Business process management vs process mining vs data mining

process mining, business process management, data mining; these are not the same thing at all, though they do compliment each other.

Business process management? Data mining? Process mining? You’re hearing these three terms mentioned in a lot of meetings, and to be honest, you’re not sure they aren’t actually the same thing. Well, they’re not. Let us demystify these business ideas for you,  where they do indeed overlap, and more importantly where they definitely diverge.

process mining, business process management, data mining; these are not the same thing at all, though they do compliment each other.

Let’s start with some definitions so we’re all starting on the same page:

Business process management

“Business process management (BPM) is a discipline in operations management in which people use various methods to discover, model, analyze, measure, improve, optimize, and automate business processes.”

Data mining

“Data mining is the process of discovering patterns in large data sets involving methods at the intersection of machine learning, statistics, and database systems.”

Process mining

“Process mining is a family of techniques in the field of process management that support the analysis of business processes based on event logs.”

Don’t worry if that didn’t clear anything up, we’re coming to the clarity shortly.
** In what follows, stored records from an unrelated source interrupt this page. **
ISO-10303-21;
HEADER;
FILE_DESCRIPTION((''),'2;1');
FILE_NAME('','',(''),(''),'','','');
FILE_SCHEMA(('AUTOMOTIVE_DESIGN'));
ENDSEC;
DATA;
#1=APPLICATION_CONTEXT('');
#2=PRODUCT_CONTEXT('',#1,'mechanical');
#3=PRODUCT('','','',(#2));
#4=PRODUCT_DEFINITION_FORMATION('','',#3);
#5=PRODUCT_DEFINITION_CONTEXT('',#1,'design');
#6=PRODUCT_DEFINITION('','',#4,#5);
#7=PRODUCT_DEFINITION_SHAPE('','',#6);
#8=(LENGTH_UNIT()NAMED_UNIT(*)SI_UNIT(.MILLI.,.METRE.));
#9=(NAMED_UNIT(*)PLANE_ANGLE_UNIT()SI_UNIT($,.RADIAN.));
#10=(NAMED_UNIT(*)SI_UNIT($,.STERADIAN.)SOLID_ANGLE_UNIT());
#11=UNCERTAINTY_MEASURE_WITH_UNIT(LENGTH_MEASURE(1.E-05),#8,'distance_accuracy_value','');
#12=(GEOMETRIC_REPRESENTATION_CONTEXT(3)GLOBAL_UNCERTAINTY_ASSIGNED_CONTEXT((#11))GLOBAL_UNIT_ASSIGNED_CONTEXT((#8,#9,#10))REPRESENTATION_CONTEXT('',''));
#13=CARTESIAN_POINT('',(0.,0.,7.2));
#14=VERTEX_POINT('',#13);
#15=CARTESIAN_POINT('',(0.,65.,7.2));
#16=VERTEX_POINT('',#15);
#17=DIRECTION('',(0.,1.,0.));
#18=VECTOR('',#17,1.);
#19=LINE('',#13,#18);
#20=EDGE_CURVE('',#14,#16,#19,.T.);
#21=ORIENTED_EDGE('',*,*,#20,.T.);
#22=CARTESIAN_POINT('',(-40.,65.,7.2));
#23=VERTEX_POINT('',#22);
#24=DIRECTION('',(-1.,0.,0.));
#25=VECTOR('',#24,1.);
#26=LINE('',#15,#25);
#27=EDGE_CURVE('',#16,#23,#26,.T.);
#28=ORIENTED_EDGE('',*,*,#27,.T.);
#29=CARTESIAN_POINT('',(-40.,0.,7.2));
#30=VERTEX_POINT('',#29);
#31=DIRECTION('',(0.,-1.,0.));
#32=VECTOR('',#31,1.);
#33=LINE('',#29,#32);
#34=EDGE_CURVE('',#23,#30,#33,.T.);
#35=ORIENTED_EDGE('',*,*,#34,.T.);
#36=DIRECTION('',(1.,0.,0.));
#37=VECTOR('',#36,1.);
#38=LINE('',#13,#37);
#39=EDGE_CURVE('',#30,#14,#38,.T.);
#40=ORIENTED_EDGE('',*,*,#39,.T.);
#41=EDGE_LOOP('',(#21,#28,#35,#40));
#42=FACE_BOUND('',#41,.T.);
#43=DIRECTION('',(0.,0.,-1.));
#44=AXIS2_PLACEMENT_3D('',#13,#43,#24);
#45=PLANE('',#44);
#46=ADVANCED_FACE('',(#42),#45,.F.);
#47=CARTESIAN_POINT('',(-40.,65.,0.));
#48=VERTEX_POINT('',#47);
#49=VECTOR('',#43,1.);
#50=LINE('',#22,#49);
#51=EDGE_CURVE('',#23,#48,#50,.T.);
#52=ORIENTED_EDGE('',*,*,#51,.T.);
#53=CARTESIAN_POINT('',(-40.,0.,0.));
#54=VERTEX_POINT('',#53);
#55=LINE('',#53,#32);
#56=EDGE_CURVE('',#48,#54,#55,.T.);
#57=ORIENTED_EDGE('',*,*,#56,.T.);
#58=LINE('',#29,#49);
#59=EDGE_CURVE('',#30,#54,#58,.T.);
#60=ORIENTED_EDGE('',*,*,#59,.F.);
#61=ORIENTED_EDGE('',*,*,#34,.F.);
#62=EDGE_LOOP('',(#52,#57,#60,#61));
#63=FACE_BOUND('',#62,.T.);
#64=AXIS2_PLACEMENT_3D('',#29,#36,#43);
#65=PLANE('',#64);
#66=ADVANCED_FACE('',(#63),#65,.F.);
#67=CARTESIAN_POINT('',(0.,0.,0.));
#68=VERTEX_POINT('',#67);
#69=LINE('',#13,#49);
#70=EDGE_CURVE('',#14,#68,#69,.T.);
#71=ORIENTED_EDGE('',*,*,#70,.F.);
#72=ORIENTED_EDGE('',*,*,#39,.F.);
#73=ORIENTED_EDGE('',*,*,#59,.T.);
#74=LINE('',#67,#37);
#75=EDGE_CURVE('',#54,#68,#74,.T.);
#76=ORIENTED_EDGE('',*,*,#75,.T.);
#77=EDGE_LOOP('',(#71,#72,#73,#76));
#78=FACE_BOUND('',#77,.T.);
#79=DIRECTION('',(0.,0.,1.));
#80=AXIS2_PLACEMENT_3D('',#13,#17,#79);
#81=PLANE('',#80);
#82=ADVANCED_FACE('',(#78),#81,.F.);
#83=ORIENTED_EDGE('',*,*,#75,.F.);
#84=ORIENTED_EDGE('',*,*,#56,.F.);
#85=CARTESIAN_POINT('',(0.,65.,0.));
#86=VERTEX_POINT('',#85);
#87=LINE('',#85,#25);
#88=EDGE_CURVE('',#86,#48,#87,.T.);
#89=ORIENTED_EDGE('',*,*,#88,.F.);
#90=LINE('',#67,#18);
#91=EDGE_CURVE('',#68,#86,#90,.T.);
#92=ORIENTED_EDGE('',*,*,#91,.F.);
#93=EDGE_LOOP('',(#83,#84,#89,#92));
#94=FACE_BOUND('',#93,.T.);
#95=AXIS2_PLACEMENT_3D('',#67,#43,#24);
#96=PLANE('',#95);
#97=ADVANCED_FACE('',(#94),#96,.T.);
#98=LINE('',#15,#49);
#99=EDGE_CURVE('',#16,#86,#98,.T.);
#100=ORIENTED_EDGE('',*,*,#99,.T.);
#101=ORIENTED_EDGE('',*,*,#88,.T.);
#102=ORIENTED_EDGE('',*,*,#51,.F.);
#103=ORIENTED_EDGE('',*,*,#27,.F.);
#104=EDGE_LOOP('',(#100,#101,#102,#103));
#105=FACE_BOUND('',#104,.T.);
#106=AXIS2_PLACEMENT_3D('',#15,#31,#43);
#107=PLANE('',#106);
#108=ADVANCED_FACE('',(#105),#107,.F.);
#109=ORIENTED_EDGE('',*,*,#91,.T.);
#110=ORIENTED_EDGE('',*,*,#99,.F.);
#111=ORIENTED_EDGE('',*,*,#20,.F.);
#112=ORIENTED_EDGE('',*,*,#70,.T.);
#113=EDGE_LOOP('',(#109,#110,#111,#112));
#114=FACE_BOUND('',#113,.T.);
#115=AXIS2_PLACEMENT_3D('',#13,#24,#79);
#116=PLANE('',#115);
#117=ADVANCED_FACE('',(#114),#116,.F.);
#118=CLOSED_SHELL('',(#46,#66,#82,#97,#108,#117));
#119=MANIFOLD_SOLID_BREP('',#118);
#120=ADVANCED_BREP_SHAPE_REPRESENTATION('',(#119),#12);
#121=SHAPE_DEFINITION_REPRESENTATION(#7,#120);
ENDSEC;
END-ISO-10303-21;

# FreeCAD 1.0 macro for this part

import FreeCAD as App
import Part
import Sketcher

doc = App.newDocument("Part")
body = doc.addObject("PartDesign::Body", "Body")

# Sketch on XY plane
sketch1 = body.newObject("Sketcher::SketchObject", "Sketch")
sketch1.AttachmentSupport = (doc.getObject("XY_Plane"), [""])
sketch1.MapMode = "FlatFace"
sketch1.addGeometry([
    Part.LineSegment(App.Vector(-40, 0, 0), App.Vector(0, 0, 0)),
    Part.LineSegment(App.Vector(0, 0, 0), App.Vector(0, 65, 0)),
    Part.LineSegment(App.Vector(0, 65, 0), App.Vector(-40, 65, 0)),
    Part.LineSegment(App.Vector(-40, 65, 0), App.Vector(-40, 0, 0)),
], False)
sketch1.addConstraint([
    Sketcher.Constraint("Coincident", 0, 2, 1, 1),
    Sketcher.Constraint("Coincident", 1, 2, 2, 1),
    Sketcher.Constraint("Coincident", 2, 2, 3, 1),
    Sketcher.Constraint("Coincident", 3, 2, 0, 1),
    Sketcher.Constraint("Horizontal", 0),
    Sketcher.Constraint("Vertical", 1),
    Sketcher.Constraint("Horizontal", 2),
    Sketcher.Constraint("Vertical", 3),
    Sketcher.Constraint("Coincident", 0, 2, -1, 1),
    Sketcher.Constraint("DistanceX", 0, 1, 0, 2, 40.0),
    Sketcher.Constraint("DistanceY", 1, 1, 1, 2, 65.0),
])
pad1 = body.newObject("PartDesign::Pad", "Pad")
pad1.Profile = sketch1
pad1.Length = 7.2

doc.recompute()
What these definitions do give us is a starting point. What we can see is that Process mining sits roughly in the overlap between Business process management and Data mining. It uses algorithms and other tools developed by data scientists to analyze the processes developed during a companies BPM lifecycle.

Now for that clarity.

Business process management (BPM)


BPM is the operations level view of the processes being used by any specific department in a company. The BPM lifecycle generally includes the following stages: design, modeling, execution, monitoring, optimization, and re-engineering. This is an ongoing process often managed by a dedicated business process manager and an interdisciplinary team.

BPM can be applied to the manufacturing floor, the finance department, and IT equally, as all departments use processes to make work happen. This is the framework within which these processes are created and managed.

Historically, these stages were managed manually, with even the analysis consisting of employee interviews and models being drawn up using modeling software. We’ll see later how process mining can make the BPM lifecycle much more efficient and effective by taking the routine work off of your team’s hands, allowing them to to the higher level modeling and re-engineering work.

Data mining


Data mining is the science of sifting through massive quantities of raw data, and turning it into useable information that can be readily understood, and acted upon, by the masses. There is both an art and a science involved.

Data mining sits at a junction of its own, between statistics and computer science. Data scientists use algorithms to sift and sort through massive amounts of raw data in order to make sense of what the data is saying, then transforms it into actionable information for marketing and sales teams, software designers, and nearly every other department of most companies.

When companies like Facebook and Google have anonymous data relating to internet users browsing habits, it’s the data mining teams who take that data and tell the ads team where to target ads for hair care products vs home improvement products.

As you’ll see shortly, there is much overlap between data mining and process mining. Alongside it’s major strength of sorting massive amounts of data, however, there is one area where data mining shows it’s weakness—processes. And that brings us to the star of today’s article, process mining.

Process mining

Process mining emerged several years ago from the BPM world, integrating the use of algorithms from the data mining world in order to analyze the event log data that exists in most IT system within a company. In short, process mining is the use of data mining techniques to sort out business processes with the end goal of streamlining and simplifying them to the benefit of the company’s bottom line.

Process mining is accomplished by a layer of software that sits on top of your IT systems (SAP, ERP, etc.) and it reflects the actual performance of your business processes. The BPM cycle gives you the ideal process, process mining gives you the actual process.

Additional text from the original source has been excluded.